MATERIAL FOR THIS EXERCISE:

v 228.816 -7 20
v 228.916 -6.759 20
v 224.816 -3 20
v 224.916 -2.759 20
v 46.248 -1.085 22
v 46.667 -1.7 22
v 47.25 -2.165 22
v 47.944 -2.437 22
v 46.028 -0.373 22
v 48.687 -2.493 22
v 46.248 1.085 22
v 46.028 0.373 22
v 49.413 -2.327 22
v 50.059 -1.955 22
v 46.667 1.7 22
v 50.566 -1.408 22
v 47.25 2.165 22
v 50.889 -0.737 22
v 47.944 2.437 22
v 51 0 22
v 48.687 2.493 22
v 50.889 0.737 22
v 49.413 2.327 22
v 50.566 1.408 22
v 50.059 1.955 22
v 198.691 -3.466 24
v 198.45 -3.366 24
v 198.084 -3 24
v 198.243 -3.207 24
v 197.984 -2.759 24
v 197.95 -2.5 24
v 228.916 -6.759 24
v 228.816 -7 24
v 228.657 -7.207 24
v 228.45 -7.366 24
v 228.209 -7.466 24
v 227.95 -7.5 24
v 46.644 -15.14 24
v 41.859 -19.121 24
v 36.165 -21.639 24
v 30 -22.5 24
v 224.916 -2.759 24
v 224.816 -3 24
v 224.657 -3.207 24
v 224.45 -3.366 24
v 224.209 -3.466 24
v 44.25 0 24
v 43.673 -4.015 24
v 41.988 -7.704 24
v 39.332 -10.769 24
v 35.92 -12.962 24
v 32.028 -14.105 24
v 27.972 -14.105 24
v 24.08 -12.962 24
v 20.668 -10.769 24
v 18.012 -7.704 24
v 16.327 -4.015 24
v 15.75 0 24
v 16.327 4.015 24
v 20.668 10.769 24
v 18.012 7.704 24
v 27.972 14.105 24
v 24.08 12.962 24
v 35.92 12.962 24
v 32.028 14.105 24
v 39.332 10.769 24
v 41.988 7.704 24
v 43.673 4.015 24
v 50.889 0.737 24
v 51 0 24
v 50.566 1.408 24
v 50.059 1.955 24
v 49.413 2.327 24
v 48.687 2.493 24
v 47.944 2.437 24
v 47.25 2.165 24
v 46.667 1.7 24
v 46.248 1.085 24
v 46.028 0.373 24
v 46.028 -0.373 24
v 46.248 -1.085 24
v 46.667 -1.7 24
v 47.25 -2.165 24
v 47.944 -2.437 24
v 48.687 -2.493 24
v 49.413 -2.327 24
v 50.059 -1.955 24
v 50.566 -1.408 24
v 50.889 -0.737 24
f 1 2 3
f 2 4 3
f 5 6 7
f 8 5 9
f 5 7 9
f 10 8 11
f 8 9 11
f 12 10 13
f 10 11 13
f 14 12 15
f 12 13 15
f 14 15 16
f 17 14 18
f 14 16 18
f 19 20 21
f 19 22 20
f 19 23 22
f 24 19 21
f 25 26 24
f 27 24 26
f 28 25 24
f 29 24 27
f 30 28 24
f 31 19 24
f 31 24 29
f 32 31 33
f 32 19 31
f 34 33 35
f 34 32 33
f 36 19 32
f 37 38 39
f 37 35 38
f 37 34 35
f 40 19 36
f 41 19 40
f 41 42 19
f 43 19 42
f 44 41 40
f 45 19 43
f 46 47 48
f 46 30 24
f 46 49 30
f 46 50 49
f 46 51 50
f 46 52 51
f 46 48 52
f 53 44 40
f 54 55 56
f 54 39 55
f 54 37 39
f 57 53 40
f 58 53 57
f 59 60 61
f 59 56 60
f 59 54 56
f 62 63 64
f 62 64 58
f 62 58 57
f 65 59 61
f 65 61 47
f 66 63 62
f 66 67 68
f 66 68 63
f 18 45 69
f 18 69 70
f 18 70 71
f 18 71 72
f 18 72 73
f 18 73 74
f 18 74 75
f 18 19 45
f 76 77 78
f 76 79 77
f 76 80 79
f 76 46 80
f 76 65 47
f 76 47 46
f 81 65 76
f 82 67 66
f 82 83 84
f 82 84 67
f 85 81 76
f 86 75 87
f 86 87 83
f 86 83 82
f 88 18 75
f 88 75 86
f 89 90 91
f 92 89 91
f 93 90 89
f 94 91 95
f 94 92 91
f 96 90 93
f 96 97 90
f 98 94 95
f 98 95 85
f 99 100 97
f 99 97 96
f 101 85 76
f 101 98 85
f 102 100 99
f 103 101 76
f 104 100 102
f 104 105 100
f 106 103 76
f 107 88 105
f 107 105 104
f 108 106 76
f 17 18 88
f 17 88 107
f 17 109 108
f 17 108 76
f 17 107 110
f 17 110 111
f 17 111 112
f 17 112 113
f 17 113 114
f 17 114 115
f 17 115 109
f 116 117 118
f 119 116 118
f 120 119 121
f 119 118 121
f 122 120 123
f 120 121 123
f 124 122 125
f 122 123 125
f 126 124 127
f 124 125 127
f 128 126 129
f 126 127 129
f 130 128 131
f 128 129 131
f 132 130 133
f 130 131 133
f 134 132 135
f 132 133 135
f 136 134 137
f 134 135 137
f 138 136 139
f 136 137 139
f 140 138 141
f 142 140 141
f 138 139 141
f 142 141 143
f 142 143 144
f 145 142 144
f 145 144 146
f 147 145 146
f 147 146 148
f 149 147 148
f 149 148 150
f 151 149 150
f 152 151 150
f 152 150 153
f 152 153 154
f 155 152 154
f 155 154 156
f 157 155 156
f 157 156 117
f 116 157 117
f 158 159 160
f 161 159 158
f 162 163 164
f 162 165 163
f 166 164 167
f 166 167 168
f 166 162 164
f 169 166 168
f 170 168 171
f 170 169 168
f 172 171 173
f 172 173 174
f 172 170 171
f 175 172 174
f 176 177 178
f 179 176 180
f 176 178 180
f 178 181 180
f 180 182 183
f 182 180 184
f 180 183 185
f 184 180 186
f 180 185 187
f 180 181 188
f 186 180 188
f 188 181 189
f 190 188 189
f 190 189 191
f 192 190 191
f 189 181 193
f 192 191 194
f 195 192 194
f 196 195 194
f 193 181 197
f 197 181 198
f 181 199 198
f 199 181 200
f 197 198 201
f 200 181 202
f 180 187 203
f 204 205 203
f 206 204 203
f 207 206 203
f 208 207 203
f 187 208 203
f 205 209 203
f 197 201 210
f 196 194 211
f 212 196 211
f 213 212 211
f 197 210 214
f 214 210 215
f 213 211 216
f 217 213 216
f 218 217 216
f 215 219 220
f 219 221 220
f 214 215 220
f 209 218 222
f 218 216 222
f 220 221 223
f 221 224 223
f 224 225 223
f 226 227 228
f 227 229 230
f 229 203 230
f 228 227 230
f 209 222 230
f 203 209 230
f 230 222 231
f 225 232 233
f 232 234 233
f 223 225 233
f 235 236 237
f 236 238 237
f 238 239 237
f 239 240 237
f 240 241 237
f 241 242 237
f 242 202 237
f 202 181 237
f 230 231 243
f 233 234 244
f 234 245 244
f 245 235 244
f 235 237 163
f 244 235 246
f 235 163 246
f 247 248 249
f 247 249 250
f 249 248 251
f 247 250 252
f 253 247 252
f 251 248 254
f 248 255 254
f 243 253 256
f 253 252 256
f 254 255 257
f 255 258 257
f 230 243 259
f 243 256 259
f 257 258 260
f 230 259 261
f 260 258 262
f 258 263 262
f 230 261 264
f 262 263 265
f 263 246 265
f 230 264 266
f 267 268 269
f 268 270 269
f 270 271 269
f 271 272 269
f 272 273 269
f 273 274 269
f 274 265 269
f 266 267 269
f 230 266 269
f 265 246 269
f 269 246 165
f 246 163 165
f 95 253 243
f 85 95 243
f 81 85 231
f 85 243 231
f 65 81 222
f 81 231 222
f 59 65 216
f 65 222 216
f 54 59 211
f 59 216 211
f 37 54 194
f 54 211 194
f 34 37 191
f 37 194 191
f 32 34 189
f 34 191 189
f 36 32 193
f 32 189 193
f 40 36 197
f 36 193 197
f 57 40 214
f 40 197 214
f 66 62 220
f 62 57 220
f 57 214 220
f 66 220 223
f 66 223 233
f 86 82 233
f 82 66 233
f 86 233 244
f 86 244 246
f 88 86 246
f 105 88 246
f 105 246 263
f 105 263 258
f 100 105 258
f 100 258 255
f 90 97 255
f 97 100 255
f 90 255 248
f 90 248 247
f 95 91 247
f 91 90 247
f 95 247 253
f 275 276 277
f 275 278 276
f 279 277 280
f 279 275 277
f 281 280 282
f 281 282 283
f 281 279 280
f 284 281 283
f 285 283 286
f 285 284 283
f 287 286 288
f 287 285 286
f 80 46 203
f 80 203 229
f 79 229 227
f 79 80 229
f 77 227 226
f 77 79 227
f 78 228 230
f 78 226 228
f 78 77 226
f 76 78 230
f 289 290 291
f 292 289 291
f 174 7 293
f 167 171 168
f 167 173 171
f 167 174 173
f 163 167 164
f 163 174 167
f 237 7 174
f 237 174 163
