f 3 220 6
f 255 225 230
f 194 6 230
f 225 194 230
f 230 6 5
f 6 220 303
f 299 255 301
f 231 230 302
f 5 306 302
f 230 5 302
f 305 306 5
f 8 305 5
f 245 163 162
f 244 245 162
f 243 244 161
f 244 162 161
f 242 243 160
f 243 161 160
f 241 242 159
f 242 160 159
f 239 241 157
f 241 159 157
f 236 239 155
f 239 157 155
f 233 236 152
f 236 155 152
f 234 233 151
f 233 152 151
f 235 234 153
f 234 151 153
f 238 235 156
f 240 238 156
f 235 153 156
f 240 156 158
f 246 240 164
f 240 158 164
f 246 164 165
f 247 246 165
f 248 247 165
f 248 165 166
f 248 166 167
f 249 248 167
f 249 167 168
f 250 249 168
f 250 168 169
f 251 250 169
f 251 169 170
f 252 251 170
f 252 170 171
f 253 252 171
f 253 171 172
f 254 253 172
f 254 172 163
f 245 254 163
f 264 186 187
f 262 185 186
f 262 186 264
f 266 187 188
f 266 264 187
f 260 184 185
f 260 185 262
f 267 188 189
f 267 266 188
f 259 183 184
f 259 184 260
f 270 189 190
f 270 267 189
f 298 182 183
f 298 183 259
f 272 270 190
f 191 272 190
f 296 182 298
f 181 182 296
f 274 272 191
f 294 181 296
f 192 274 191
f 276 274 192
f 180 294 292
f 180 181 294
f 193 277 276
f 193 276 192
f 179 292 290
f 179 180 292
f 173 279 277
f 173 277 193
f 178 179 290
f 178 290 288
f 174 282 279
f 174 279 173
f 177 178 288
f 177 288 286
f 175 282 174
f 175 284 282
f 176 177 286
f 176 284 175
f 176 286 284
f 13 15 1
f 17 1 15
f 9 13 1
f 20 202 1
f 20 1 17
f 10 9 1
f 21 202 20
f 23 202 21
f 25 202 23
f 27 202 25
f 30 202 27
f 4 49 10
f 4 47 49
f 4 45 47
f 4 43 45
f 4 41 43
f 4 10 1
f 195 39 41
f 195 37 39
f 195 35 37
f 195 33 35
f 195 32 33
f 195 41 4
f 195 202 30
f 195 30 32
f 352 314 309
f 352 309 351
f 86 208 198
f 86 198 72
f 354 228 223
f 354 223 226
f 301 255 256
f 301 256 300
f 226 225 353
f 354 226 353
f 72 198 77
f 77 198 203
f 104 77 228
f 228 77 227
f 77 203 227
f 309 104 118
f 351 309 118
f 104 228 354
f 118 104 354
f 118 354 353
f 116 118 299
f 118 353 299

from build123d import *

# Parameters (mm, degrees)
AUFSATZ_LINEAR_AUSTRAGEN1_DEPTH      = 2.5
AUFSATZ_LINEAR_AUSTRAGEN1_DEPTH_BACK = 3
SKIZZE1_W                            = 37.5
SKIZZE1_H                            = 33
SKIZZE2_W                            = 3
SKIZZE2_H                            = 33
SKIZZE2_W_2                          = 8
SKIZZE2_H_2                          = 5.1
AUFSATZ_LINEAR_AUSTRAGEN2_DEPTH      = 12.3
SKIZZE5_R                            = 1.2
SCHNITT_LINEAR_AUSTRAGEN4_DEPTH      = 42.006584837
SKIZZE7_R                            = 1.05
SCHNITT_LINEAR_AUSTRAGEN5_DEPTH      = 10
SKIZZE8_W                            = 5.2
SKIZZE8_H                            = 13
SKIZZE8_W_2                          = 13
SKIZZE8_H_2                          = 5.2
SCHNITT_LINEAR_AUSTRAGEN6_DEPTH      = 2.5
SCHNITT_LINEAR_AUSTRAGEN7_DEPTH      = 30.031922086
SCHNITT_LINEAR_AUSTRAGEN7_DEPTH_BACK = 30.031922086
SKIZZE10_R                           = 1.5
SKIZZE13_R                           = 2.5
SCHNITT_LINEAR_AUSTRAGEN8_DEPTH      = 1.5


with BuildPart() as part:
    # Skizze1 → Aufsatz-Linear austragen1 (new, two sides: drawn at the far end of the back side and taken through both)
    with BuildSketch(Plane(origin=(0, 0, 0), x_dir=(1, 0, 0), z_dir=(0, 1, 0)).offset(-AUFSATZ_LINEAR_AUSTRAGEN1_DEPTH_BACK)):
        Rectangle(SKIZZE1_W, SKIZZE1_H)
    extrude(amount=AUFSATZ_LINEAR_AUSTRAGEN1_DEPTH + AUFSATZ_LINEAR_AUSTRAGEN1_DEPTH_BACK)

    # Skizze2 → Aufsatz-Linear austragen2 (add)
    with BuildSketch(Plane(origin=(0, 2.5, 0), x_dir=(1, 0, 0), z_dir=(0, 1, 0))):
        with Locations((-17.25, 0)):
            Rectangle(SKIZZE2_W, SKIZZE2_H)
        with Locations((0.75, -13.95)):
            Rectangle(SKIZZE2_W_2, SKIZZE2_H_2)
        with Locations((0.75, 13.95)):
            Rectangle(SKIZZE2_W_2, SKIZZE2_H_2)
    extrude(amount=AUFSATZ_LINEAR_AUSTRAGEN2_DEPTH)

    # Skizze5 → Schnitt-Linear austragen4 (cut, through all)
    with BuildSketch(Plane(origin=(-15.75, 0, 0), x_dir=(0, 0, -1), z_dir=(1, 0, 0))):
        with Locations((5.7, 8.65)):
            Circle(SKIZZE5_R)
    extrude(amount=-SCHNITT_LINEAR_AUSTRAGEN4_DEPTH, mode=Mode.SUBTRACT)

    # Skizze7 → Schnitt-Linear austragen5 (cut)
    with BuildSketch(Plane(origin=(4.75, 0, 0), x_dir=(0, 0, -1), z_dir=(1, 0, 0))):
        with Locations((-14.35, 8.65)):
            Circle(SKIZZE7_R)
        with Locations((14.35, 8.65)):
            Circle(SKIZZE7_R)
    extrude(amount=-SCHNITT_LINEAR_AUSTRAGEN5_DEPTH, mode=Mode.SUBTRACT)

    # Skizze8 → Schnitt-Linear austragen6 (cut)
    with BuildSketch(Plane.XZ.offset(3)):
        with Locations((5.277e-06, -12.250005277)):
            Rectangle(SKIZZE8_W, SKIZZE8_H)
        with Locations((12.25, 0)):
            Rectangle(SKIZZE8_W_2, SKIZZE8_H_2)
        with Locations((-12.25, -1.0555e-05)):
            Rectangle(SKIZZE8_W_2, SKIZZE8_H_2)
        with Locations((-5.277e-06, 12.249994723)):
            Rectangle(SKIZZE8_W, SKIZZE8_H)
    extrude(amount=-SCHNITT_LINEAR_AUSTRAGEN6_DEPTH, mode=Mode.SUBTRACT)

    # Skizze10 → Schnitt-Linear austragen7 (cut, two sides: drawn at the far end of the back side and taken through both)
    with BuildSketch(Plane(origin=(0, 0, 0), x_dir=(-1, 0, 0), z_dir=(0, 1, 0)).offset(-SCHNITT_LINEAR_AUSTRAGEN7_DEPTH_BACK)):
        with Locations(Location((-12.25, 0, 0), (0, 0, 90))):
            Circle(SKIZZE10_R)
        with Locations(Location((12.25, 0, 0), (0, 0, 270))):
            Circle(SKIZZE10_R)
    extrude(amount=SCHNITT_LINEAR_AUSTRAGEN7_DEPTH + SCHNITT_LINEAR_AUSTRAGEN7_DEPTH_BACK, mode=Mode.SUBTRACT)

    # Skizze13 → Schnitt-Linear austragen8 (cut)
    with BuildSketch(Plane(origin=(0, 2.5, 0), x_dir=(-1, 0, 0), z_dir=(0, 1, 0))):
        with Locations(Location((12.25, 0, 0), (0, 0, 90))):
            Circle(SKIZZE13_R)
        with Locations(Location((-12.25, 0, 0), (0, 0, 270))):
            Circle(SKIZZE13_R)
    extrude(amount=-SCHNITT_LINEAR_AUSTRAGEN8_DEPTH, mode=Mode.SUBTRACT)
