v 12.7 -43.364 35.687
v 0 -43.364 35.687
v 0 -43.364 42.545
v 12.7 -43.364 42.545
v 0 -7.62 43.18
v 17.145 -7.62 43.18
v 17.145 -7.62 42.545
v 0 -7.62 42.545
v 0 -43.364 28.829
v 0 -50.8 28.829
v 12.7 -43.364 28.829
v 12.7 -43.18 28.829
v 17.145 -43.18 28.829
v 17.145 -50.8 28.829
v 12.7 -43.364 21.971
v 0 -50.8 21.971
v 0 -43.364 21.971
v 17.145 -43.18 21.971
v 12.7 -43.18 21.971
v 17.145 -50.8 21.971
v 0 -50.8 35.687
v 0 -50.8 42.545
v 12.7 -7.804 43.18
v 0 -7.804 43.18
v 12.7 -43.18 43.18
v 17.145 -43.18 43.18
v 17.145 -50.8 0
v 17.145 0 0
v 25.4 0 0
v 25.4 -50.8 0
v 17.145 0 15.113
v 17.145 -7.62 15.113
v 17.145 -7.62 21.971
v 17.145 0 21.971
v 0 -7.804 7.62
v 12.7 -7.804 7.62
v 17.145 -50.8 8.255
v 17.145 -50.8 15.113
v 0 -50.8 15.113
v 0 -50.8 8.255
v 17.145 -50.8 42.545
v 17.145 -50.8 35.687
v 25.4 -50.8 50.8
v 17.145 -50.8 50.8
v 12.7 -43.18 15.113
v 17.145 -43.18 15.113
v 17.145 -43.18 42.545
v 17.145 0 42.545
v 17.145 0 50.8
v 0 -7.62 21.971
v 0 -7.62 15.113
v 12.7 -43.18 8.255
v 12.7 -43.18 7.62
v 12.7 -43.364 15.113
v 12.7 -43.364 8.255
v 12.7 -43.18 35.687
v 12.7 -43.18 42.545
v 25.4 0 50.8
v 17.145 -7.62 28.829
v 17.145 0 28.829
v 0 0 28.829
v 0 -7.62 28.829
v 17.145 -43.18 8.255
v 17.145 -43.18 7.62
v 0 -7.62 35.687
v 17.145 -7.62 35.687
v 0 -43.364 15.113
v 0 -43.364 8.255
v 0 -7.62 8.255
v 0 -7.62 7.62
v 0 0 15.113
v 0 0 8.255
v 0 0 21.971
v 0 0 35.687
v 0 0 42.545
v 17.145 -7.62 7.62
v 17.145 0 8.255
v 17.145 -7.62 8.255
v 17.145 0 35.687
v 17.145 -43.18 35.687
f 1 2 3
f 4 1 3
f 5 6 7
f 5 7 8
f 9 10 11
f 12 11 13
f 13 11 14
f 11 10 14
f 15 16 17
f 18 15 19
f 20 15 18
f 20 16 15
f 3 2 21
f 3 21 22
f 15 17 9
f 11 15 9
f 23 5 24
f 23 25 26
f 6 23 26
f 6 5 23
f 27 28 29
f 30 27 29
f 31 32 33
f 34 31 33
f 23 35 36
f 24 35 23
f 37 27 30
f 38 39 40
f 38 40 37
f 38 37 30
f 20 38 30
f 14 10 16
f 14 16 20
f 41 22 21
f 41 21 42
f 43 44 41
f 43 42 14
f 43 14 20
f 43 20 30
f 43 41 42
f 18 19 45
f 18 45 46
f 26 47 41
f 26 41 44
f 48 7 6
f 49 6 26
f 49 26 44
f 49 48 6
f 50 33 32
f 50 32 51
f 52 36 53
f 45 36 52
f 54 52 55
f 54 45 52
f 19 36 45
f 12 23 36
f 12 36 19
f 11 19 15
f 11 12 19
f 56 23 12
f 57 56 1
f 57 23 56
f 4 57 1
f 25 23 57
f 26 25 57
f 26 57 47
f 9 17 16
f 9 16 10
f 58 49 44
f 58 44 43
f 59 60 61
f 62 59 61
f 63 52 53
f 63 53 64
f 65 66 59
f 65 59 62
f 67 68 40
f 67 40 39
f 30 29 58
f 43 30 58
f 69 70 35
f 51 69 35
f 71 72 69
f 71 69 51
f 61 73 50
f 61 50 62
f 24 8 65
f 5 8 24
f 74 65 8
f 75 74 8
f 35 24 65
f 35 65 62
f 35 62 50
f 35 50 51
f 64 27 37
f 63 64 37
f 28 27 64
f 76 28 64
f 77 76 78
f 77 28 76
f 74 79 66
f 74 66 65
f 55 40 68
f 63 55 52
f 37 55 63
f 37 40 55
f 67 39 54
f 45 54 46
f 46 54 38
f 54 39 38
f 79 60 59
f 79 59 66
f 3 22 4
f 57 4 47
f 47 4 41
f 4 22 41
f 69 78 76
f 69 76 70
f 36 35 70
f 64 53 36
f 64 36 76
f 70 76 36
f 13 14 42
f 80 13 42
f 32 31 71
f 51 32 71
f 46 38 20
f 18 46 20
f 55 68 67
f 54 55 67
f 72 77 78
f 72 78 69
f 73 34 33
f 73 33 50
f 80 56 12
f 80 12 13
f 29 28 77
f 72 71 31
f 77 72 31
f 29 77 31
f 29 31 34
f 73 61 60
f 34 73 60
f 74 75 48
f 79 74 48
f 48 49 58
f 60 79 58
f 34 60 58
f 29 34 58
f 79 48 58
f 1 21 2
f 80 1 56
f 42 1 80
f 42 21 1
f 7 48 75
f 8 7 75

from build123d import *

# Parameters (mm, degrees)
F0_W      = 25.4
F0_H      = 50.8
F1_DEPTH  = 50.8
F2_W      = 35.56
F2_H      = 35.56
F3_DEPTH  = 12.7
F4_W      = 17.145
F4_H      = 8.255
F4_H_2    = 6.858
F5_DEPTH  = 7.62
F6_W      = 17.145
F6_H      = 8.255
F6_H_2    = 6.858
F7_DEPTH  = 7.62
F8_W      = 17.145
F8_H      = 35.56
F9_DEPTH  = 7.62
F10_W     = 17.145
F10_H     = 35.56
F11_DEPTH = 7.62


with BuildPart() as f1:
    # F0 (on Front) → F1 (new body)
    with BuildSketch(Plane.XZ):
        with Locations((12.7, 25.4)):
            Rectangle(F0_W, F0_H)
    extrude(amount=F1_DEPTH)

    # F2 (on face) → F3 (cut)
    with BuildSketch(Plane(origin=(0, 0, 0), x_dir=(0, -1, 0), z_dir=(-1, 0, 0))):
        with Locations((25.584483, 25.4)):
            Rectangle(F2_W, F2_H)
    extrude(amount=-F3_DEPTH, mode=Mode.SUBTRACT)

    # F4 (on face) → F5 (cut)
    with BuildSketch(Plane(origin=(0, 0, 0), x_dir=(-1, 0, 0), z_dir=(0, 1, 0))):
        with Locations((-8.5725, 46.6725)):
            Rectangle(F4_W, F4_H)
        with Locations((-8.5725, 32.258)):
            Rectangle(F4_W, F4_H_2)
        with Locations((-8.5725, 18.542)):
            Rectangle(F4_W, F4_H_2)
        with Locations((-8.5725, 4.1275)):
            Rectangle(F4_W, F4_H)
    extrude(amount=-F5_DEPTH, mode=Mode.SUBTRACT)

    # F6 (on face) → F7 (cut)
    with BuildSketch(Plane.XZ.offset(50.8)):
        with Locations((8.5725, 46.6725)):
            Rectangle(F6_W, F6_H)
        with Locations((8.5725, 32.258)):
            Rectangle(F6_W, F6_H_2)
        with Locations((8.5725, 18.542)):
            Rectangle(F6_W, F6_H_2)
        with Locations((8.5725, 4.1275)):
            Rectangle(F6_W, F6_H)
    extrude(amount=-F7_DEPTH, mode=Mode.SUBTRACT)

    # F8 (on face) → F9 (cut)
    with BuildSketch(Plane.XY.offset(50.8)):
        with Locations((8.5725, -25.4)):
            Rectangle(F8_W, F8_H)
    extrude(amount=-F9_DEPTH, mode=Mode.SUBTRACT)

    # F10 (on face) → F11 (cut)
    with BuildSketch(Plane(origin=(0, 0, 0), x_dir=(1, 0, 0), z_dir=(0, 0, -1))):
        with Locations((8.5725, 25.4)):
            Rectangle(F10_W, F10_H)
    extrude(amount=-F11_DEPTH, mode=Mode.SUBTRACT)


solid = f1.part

EXERCISE BRIEF: Every line above from the line with "f 78 228 230" to the line with "f 305 306 5", both included, must be reproduced exactly, and no other line may appear.

SOLUTION TO THE EXERCISE:
f 78 228 230
f 78 226 228
f 78 77 226
f 76 78 230
f 289 290 291
f 292 289 291
f 174 7 293
f 167 171 168
f 167 173 171
f 167 174 173
f 163 167 164
f 163 174 167
f 237 7 174
f 237 174 163
f 3 220 6
f 255 225 230
f 194 6 230
f 225 194 230
f 230 6 5
f 6 220 303
f 299 255 301
f 231 230 302
f 5 306 302
f 230 5 302
f 305 306 5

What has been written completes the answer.